The probability is a extent to which an event is likely to occur by following the ratio of favourable events to the total number of outcomes. In other word probability is used where random number of outcomes may not be predicted.

There are some basic rules for probability,

1) The probability of an event can not be more than 1 or less than 0.

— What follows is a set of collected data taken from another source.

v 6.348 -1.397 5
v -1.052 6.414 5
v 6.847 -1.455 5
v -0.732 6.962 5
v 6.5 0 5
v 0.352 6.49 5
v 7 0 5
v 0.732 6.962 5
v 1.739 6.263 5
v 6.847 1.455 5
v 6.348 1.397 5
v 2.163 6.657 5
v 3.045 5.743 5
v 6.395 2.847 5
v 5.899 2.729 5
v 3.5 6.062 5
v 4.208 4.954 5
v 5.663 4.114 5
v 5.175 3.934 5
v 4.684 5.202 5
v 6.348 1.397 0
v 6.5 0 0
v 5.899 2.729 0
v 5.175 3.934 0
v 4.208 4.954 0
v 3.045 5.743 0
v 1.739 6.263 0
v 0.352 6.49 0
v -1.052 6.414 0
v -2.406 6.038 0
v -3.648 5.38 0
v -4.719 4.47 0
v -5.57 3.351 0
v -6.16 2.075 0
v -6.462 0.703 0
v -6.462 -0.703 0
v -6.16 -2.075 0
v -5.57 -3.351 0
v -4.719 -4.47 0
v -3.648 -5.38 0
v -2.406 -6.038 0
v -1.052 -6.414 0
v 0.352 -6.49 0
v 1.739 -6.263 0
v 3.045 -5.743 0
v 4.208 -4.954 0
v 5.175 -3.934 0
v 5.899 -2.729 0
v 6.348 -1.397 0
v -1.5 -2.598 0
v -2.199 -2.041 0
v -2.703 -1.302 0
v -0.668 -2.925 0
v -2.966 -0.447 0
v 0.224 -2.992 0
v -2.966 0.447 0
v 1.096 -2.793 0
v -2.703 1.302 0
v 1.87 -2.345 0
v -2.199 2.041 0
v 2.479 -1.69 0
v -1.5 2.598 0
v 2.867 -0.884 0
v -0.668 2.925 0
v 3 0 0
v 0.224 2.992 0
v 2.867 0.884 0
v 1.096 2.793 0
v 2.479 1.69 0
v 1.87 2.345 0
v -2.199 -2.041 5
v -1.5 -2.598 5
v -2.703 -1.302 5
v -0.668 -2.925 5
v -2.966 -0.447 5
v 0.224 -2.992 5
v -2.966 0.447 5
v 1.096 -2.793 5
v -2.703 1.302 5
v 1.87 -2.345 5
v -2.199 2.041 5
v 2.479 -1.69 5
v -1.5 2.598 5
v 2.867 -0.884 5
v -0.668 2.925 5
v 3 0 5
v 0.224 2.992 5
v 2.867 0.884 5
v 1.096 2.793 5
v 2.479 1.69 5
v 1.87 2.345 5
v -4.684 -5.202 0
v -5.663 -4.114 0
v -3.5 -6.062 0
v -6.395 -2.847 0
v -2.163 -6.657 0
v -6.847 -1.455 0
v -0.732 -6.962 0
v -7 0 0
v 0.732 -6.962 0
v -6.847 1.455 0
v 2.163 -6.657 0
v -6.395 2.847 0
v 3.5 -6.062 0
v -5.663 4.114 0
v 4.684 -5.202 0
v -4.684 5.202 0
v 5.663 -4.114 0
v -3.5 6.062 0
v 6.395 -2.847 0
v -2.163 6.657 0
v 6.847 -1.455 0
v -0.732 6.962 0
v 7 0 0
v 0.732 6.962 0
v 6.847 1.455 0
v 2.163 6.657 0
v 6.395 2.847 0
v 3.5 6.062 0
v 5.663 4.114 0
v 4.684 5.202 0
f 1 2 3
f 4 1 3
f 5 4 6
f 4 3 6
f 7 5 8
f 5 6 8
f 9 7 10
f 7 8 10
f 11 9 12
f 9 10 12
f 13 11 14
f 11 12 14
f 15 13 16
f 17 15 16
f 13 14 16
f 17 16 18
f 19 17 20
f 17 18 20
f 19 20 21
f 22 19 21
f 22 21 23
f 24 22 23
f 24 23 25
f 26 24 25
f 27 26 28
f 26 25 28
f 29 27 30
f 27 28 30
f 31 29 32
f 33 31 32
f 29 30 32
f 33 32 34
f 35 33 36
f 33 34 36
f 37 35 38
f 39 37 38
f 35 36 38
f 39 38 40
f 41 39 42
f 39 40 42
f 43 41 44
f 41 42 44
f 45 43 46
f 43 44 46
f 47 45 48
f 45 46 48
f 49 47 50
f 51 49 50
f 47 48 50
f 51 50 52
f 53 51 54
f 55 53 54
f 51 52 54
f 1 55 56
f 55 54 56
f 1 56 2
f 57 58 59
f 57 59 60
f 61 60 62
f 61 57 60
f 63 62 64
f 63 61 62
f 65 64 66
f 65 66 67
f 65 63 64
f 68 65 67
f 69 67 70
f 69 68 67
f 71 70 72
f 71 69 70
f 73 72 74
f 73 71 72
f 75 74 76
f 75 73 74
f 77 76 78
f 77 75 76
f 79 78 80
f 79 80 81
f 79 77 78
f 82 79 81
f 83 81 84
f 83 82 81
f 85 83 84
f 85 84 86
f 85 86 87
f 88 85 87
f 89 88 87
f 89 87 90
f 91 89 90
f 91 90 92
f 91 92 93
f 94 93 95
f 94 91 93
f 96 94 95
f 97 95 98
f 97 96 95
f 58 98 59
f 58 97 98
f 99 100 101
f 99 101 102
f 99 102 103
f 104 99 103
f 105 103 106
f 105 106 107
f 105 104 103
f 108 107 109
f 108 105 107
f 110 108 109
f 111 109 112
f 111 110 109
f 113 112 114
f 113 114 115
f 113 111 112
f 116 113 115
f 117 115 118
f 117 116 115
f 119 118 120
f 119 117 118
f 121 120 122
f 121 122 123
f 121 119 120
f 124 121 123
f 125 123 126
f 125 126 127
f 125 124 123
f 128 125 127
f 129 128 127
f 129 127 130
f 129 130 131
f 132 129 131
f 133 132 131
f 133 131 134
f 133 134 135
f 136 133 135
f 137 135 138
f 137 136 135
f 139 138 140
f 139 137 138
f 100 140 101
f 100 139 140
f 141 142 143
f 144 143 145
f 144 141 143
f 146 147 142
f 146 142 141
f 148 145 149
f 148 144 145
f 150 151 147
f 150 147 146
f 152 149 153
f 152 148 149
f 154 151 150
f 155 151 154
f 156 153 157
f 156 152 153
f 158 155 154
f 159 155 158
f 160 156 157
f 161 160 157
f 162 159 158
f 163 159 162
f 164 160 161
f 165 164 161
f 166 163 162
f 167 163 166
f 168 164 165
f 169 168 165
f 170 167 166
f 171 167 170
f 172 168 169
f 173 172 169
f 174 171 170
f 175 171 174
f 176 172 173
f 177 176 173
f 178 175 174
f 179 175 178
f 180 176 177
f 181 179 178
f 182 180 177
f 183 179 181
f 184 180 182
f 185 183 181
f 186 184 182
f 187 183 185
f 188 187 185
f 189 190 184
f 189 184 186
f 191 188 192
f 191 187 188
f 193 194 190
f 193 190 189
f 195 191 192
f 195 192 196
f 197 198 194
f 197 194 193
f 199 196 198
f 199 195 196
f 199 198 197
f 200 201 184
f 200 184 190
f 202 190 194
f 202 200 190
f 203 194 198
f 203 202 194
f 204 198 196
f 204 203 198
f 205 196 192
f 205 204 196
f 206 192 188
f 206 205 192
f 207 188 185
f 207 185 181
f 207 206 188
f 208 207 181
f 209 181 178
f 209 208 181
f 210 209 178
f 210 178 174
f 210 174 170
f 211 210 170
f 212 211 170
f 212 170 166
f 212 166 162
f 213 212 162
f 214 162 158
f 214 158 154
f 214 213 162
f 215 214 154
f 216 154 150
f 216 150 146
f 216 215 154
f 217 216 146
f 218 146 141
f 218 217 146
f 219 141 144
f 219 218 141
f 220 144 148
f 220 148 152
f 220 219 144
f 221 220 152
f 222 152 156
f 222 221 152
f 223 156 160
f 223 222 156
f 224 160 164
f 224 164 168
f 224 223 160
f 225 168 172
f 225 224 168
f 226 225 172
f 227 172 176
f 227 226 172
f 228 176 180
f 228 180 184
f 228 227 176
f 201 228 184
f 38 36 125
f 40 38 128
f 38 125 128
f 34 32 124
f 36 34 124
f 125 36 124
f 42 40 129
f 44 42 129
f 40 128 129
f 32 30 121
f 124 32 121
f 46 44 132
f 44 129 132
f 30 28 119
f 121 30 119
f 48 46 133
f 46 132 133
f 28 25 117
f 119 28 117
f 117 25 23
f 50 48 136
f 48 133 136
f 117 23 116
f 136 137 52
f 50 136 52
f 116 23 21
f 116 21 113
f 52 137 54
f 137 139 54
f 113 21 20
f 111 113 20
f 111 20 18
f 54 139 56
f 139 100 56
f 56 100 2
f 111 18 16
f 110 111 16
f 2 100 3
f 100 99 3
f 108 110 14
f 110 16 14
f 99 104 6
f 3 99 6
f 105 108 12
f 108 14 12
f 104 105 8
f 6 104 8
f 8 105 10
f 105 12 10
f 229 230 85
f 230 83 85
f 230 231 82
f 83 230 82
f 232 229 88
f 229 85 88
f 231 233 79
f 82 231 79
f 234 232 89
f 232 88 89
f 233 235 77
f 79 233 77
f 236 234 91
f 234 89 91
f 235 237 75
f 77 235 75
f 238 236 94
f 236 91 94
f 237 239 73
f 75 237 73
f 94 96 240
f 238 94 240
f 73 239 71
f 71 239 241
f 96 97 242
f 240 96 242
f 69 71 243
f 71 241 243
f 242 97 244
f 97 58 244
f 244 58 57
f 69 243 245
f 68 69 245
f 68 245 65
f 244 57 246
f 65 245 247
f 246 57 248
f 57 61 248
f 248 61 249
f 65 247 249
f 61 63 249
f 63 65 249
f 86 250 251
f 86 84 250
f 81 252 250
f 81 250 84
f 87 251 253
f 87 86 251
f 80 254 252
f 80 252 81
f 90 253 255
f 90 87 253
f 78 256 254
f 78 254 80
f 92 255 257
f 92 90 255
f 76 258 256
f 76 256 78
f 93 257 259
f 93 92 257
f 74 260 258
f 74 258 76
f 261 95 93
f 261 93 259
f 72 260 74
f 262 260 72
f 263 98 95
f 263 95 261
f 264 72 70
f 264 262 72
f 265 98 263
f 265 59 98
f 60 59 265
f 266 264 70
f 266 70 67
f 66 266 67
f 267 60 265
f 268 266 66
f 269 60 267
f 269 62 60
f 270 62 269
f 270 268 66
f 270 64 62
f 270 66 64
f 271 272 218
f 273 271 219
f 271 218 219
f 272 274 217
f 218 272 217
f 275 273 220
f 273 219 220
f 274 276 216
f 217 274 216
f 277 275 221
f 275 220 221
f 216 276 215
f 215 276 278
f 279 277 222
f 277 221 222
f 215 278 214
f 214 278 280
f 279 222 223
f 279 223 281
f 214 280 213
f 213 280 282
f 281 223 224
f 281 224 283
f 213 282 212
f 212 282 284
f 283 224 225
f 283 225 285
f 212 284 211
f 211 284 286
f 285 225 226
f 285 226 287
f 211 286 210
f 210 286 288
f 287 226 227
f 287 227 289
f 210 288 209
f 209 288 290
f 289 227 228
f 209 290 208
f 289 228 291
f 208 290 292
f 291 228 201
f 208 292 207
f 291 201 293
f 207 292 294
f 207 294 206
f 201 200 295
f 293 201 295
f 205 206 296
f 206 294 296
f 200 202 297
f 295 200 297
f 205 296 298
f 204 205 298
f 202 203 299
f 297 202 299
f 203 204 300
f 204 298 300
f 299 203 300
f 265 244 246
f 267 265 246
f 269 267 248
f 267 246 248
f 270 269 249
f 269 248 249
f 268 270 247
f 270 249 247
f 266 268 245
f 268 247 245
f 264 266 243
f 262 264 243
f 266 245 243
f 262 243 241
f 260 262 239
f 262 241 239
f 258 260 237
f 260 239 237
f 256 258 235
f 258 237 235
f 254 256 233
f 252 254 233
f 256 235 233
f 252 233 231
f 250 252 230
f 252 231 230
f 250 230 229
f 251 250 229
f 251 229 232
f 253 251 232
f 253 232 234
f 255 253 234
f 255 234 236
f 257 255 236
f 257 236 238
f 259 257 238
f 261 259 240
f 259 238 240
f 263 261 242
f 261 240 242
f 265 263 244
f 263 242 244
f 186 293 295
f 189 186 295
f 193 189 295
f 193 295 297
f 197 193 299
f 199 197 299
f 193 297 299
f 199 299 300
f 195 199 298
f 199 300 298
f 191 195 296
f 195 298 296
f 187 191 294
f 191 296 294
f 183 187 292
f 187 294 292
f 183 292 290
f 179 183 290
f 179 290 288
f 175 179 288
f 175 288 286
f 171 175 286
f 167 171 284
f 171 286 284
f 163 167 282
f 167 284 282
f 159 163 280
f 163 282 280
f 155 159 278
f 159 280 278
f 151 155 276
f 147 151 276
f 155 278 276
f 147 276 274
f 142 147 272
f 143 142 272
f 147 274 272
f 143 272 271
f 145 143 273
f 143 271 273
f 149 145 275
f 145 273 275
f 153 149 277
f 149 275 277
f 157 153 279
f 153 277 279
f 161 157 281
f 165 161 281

2) Two probability is said to be independent when outcomes does not change the probability of each other event.   

Word Problems 

Some of the solved word problems of probability rules are given below, 
Example 1:

A school conduct two tests of mathematics. $45 \%$ of students passed first test and $30 \%$ of students passed both tests. What is the probability of students who passed  second tests ?

Solution: 

Given 

First test passed students = 30%

Both tests passed students = 45%

Second test passed students = ?

P(second test) = $\frac{P(both\ tests\ passed\ students)}{P(First\ test\ passed\ students)}$ 

P(Second test) = $\frac{0.30}{0.45}$

P(Second test) = $0.66$

Hence probability of second test passed students = $0.6$

Percentage of second test passed students = $66.6 \%$ 
Example 2:

In a bag a boy has $6$ red and $8$ blue balls, he drawn $2$ balls randomly. If first ball drawn and replaced, find the probability of getting $2$ red ball ?

Solution: 

Given 

Red balls = $6$ 

Blue balls = $8$ 

Balls drawn = $2$

Total balls = $14$ 

1) Find the probability of drawing first ball = $\frac{6}{14}$

As the ball is replaced hence the probability of drawing second ball = $\frac{6}{14}$

Now 

Probability of drawing both red ball = $\frac{6}{14}$ $\frac{6}{14}$ = $\frac{36}{196}$ = $0.18$
Example 3:

A bag contains $3$ yellow and $6$ black marbles, $2$ marbles belling drawn randomly from bag. find the probability of getting $2$ yellow marbles?

Solution:

Given 

Yellow marbles = $3$

Black marbles = $6$

marbles drawn = $2$

Total marbles = $9$

Find the probability of drawing first yellow marbles = $\frac{3}{9}$

The probability of drawing second yellow marbles = $\frac{2}{8}$

Now 

Probability of drawing both yellow marbles = $\frac{3}{9}$ $\frac{2}{8}$ = $\frac{6}{72}$ = $0.083$
Example 4:

From an ordinary playing card a card is drawn. If the card is a ace or spade there is a possibility to win $5$. Find the possibility to win the game?

Solution:

Given 

Ordinary card in a deck = $52$

Spades in a deck = $13$ 

P(Spades) = $\frac{13}{52}$

Aces in a deck = $4$

P(Aces) = $\frac{4}{52}$

Ordinary card has $1$ ace as spade 

$P(Spades \cap Aces)$ = $\frac{1}{52}$

Hence,

The possibility of winning the game is,

$P(Spades \cup Aces)$ = $P(Spades) + P(Aces) - P(Spades \cap Aces)$

$P(Spades \cup Aces)$ = $\frac{13}{52}$ + $\frac{4}{52}$ - $\frac{1}{52}$

$P(Spades \cup Aces)$ = $\frac{16}{52}$

$P(Spades \cup Aces)$ = $\frac{4}{13}$

The possibility of winning the game is = $0.31$